Preventing chronic conditions and controlling costs associated with the care for people with chronic conditions are public health and health care priorities. The number of chronic conditions increase with age: more than two-thirds of Medicare beneficiaries 65 years or older have 2 or more chronic conditions, and more than 15% have 6 or more (1,2). People with multiple chronic conditions use more health care services than people who do not have them, and they account for a disproportionate share of health care spending (2,3). The prevalence of multiple chronic conditions varies substantially by state (4); more granular geographic information on multiple chronic conditions can provide a better understanding of the burden of chronic conditions and the implications for local public health programs and resources. The objective of this geographic information system (GIS) analysis was to describe county-level prevalence patterns of Medicare beneficiaries with 6 or more chronic conditions.

Methods

We estimated the prevalence of beneficiaries with 6 or more chronic conditions by county using Centers for Medicare & Medicaid Services (CMS) administrative enrollment and claims data for 100% of Medicare beneficiaries enrolled in the fee-for-service program in 2012; we excluded Medicare beneficiaries enrolled in Medicare Advantage and those enrolled in Medicare Part A only or Part B only. We also excluded Medicare beneficiaries under the age of 65 who are entitled to Medicare because of a disability. These exclusions resulted in 27.9 million fee-for-service beneficiaries 65 years or older; we refer to them as “aged” beneficiaries based on their eligibility for Medicare. Prevalence estimates of multiple chronic conditions may vary from one source of data to another, and estimates are further influenced by the number and type of conditions included in the analysis. We chose 6 chronic conditions from a set of 17 chronic conditions previously defined (1). A Medicare beneficiary is considered to have a chronic condition if a Medicare claim indicates that the beneficiary received a service or treatment for the condition. The study population and data sources are described in detail elsewhere (2,5). We calculated prevalence estimates by dividing the number of beneficiaries with 6 or more of the 17 chronic conditions by the total number of beneficiaries in our fee-for-service population, expressed as a percentage. We directly age-adjusted all prevalence estimates to the 2000 US standard population aged 65 or older. An age-adjusted rate is a weighted average of age-specific rates calculated on the basis of the proportion of people in the corresponding age groups of a standard population. Age adjustment allows for a comparison of rates between counties that have different age distributions (6). We suppressed data on counties with fewer than 100 beneficiaries or fewer than 20 beneficiaries with 6 or more chronic conditions (2.2% of US counties). We categorized prevalence estimates into quintiles. We did not determine significant differences among estimates.

Main Findings

In 2012, 15% of aged Medicare beneficiaries had 6 or more chronic conditions. Prevalence varied geographically by county; counties in the lowest quintile had prevalence estimates of 10.3% or lower, and those in the highest quintile had prevalence estimates of 17.3% or higher. Counties in the highest quintile had prevalence estimates that were 1.2 times higher than the national average of 15%. Eighty-seven counties had estimates at least 1.5 times higher than the national average; 3 counties had prevalence estimates at least twice the national average.

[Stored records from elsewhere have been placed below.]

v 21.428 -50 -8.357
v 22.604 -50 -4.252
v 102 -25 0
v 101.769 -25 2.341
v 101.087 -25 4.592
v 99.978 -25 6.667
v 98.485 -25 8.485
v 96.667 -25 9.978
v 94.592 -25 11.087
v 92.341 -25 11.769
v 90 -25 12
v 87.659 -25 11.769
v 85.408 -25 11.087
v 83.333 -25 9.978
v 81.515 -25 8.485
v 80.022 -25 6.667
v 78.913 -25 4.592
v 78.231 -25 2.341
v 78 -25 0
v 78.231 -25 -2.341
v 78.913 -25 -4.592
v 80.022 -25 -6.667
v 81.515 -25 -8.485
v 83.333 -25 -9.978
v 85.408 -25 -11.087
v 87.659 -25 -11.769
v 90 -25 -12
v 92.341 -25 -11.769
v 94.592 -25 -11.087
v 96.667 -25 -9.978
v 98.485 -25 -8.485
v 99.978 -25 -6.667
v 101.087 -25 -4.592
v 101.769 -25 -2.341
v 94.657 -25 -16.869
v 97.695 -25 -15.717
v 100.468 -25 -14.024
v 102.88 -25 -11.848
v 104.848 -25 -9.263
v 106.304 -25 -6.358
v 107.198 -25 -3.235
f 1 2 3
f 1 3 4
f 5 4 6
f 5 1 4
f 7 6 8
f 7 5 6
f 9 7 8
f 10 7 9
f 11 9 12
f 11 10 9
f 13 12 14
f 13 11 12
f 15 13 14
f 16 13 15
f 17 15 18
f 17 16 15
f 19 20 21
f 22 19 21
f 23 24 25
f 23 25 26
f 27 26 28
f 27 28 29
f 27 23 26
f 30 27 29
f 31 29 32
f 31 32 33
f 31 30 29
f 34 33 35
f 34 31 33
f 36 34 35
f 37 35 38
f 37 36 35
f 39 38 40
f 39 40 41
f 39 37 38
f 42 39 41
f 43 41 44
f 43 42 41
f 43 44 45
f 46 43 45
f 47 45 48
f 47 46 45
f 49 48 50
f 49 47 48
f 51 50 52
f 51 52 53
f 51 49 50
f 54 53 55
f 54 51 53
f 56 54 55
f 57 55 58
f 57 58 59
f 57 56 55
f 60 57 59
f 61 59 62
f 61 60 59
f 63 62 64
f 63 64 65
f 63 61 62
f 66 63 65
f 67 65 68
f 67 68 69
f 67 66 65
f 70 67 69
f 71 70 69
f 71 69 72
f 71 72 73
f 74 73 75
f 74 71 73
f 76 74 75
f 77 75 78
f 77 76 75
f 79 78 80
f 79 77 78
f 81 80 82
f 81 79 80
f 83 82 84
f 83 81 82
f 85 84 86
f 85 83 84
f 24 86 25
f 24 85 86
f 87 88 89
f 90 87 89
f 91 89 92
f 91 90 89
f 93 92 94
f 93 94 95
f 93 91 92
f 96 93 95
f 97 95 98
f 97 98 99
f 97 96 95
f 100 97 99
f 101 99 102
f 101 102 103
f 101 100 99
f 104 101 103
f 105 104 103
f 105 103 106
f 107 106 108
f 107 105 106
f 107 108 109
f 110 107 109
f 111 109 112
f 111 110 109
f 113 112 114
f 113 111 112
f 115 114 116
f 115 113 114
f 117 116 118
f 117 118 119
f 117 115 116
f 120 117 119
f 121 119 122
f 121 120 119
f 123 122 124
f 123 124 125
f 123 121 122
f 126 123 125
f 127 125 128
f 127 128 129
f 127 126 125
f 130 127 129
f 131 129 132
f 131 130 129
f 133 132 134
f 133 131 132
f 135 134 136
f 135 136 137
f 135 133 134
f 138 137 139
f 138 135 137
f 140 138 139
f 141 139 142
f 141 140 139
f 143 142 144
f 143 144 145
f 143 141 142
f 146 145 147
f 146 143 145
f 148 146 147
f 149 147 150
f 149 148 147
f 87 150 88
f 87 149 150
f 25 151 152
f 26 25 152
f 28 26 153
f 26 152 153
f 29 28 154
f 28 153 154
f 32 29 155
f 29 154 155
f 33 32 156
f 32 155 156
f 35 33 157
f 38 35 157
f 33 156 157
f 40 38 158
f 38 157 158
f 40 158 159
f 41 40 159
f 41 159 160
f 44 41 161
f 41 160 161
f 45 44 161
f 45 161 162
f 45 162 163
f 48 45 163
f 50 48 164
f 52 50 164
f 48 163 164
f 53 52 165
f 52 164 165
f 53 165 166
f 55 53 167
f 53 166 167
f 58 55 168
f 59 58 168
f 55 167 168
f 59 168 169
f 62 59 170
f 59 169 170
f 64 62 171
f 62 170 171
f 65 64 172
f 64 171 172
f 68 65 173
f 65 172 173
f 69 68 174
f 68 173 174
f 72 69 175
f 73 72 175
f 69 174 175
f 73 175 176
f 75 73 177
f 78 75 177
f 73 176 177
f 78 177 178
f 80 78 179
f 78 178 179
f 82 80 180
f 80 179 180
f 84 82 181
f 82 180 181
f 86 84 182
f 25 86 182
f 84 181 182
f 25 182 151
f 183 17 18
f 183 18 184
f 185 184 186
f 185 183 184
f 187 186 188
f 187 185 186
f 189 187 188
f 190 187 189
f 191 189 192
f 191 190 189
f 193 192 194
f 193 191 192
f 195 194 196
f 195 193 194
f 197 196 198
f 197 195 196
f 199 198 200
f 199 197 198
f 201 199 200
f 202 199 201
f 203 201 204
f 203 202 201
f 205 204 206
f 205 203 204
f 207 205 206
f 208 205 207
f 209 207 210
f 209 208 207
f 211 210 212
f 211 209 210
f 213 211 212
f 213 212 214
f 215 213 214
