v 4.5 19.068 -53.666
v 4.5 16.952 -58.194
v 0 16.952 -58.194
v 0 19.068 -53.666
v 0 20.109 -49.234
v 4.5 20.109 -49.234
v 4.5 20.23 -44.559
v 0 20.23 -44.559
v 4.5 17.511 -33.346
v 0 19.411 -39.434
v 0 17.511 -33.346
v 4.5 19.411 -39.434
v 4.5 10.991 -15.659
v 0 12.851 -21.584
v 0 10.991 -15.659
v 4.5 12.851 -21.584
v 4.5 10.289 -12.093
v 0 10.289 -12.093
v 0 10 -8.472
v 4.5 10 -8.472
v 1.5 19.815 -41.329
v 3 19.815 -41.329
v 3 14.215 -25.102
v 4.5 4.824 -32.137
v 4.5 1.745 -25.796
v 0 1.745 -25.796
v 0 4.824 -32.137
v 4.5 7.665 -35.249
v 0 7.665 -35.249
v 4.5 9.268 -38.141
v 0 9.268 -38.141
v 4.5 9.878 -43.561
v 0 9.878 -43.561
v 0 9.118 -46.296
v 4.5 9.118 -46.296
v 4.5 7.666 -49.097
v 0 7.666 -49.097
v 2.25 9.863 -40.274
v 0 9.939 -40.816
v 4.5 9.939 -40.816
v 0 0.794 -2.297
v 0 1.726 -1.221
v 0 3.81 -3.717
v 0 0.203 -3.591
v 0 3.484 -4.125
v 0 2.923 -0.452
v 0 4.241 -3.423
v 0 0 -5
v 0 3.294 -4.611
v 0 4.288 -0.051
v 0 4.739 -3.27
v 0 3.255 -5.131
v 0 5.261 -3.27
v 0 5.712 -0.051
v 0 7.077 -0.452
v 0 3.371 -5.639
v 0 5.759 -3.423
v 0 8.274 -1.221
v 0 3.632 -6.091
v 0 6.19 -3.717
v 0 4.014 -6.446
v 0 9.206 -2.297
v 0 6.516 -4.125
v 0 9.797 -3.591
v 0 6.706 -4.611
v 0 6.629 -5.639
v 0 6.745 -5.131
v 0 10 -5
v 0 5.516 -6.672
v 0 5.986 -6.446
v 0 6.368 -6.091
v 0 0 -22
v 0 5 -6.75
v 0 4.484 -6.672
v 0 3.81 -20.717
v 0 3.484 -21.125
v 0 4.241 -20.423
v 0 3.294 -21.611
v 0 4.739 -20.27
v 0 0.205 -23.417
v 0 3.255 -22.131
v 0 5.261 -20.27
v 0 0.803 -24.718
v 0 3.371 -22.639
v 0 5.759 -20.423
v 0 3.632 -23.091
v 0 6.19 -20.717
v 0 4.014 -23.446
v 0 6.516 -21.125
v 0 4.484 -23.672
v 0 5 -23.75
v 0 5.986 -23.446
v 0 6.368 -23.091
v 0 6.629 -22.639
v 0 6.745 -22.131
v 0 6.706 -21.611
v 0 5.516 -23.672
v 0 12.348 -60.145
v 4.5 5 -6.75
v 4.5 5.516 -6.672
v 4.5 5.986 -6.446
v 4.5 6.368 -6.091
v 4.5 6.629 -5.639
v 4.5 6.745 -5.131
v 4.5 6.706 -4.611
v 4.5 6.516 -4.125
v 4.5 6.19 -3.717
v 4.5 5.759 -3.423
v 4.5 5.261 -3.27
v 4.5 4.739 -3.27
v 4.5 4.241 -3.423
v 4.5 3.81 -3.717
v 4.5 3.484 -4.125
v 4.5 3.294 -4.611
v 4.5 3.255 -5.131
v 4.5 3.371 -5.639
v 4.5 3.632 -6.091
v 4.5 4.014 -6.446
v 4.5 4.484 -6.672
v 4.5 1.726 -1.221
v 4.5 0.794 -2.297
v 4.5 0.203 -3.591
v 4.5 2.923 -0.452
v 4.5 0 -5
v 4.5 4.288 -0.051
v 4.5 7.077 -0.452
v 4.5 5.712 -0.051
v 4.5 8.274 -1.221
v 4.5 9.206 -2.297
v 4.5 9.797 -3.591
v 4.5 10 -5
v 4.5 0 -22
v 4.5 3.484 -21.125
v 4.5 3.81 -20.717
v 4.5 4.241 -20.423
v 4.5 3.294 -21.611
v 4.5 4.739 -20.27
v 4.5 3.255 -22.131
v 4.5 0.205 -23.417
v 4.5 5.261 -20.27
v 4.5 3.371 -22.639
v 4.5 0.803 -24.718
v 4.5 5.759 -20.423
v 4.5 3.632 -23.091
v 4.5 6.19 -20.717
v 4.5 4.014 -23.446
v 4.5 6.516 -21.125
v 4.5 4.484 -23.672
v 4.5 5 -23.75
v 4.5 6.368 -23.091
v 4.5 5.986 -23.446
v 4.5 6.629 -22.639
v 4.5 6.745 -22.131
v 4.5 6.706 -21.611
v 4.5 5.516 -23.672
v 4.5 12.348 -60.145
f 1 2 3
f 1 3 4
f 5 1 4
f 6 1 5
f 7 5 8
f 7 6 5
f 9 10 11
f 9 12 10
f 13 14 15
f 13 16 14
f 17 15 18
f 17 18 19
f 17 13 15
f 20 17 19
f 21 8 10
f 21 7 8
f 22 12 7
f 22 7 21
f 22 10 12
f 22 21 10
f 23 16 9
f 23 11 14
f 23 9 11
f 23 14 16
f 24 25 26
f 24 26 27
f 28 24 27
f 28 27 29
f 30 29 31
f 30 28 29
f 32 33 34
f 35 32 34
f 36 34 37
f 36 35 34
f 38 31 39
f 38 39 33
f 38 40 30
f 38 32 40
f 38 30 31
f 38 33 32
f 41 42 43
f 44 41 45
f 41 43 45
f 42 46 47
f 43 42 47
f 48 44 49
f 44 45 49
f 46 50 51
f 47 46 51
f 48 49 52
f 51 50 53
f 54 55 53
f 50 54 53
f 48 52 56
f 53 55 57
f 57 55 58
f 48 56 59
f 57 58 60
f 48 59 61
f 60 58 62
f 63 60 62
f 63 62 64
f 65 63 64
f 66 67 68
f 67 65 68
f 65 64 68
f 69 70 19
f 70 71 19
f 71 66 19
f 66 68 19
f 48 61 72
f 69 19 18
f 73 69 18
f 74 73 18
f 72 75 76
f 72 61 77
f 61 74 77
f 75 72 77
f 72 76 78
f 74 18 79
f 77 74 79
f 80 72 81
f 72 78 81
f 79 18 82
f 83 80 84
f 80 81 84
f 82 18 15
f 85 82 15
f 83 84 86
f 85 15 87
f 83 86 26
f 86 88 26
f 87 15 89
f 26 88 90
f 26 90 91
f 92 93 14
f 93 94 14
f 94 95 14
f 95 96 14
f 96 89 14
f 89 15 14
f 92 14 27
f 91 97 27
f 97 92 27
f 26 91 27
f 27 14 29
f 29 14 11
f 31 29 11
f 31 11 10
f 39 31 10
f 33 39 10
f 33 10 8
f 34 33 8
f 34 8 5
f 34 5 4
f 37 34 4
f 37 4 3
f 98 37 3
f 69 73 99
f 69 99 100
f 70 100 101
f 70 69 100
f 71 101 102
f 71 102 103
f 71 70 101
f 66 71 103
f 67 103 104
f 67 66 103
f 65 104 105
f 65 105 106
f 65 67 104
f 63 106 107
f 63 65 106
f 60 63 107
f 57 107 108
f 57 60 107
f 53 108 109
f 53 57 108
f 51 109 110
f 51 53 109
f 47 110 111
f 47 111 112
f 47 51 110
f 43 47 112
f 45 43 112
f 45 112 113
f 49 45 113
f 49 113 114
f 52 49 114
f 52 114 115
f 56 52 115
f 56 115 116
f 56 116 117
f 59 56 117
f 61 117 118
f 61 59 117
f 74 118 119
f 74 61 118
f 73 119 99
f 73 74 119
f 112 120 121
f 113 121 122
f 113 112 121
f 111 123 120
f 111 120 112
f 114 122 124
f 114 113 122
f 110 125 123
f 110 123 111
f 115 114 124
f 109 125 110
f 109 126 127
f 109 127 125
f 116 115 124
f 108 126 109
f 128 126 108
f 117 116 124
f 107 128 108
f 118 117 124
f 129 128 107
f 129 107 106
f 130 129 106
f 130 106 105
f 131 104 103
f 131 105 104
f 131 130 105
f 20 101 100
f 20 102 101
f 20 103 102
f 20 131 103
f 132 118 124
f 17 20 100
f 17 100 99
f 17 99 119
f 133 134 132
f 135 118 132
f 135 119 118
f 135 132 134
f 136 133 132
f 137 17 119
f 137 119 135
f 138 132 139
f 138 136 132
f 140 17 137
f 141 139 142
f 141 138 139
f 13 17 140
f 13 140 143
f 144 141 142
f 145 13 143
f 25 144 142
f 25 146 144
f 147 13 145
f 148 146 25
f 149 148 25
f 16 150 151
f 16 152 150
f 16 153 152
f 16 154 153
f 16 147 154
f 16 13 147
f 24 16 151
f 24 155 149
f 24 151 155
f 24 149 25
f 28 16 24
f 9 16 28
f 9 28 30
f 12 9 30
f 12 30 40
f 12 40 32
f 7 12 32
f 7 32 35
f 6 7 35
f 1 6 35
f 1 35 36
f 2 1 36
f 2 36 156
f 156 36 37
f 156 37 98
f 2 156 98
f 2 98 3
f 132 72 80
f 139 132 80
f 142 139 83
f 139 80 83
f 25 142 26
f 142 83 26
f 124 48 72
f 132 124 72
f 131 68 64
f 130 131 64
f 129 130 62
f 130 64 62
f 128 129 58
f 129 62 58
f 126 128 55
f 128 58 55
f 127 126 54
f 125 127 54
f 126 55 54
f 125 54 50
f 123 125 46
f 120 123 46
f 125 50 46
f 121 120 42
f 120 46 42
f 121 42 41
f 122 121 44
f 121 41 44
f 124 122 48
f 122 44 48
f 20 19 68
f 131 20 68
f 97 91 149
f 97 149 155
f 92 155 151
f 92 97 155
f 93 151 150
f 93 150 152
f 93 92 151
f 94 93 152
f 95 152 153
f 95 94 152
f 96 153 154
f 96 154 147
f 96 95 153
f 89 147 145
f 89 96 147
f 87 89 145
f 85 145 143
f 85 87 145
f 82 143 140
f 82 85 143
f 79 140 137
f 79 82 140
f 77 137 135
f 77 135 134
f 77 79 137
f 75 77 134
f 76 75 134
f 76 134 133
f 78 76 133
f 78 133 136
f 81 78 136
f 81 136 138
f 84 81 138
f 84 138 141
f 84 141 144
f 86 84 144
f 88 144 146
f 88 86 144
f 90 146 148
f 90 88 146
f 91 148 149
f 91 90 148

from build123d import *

# Parameters (mm, degrees)
SKETCH1_R           = 1.75
BOSS_EXTRUDE1_DEPTH = 4.5
BOSS_EXTRUDE2_DEPTH = 4.5


with BuildPart() as part:
    # Sketch1 → Boss-Extrude1 (new body)
    with BuildSketch(Plane(origin=(0, 0, 0), x_dir=(0, 0, -1), z_dir=(1, 0, 0))):
        with BuildLine():
            Line((22, 10), (5, 10))
            ThreePointArc((5, 10), (0, 5), (5, 0))
            Line((5, 0), (22, 0))
            ThreePointArc((22, 0), (27, 5), (22, 10))
        make_face()
        with Locations((5, 5)):
            Circle(SKETCH1_R, mode=Mode.SUBTRACT)
        with Locations((22, 5)):
            Circle(SKETCH1_R, mode=Mode.SUBTRACT)
    extrude(amount=BOSS_EXTRUDE1_DEPTH)

    # Sketch2 → Boss-Extrude2 (add)
    with BuildSketch(Plane(origin=(4.5, 0, 5.948752288), x_dir=(0, 0, -1), z_dir=(1, 0, 0))):
        with BuildLine():
            add(Edge.make_bspline(
                [(64.143181637, 16.951696957), (46.3659084, 27.475135201), (31.177283873, 9.75391621), (13.694974759, 10)],
                knots=[0, 0, 0, 0, 1, 1, 1, 1], degree=3))
            Line((13.694974759, 10), (26.999543269, 9.812722758))
            ThreePointArc((26.999543269, 9.812722758), (31.550747241, 5.770381866), (28.824655416, 0.327735373))
            Line((28.824655416, 0.327735373), (38.08542066, 4.824084077))
            add(Edge.make_bspline(
                [(38.08542066, 4.824084077), (45.879227883, 13.481709162), (55.04551447, 7.665553941)],
                knots=[0, 0, 0, 1, 1, 1], degree=2))
            Line((55.04551447, 7.665553941), (66.094228393, 12.348066156))
            Line((66.094228393, 12.348066156), (64.143181637, 16.951696957))
        make_face()
    extrude(amount=-BOSS_EXTRUDE2_DEPTH)


solid = part.part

Counties in the Northeast and Southeast generally had a higher prevalence of aged beneficiaries with 6 or more chronic conditions than the national average, whereas counties with prevalence estimates below the national average were predominantly in the western states of Oregon, Montana, and Wyoming.

Action

State health departments and other local health partners play key roles in surveillance, program planning, and resource allocation to prevent and manage chronic diseases among their populations. This map illustrates the county-level variability for 1 indicator of multiple chronic conditions — aged Medicare beneficiaries with 6 or more chronic conditions — and the importance of having granular geographic data on chronic conditions. CMS has made data resources on chronic conditions among Medicare beneficiaries publicly available. These resources include data tables, maps, and interactive dashboards at the state and county levels (2), which can fill information gaps and be used to better inform decision making for policies and to target program and services. We hope that the geographic patterns shown by our map helps to stimulate further investigation of the prevalence of multiple chronic conditions in the United States.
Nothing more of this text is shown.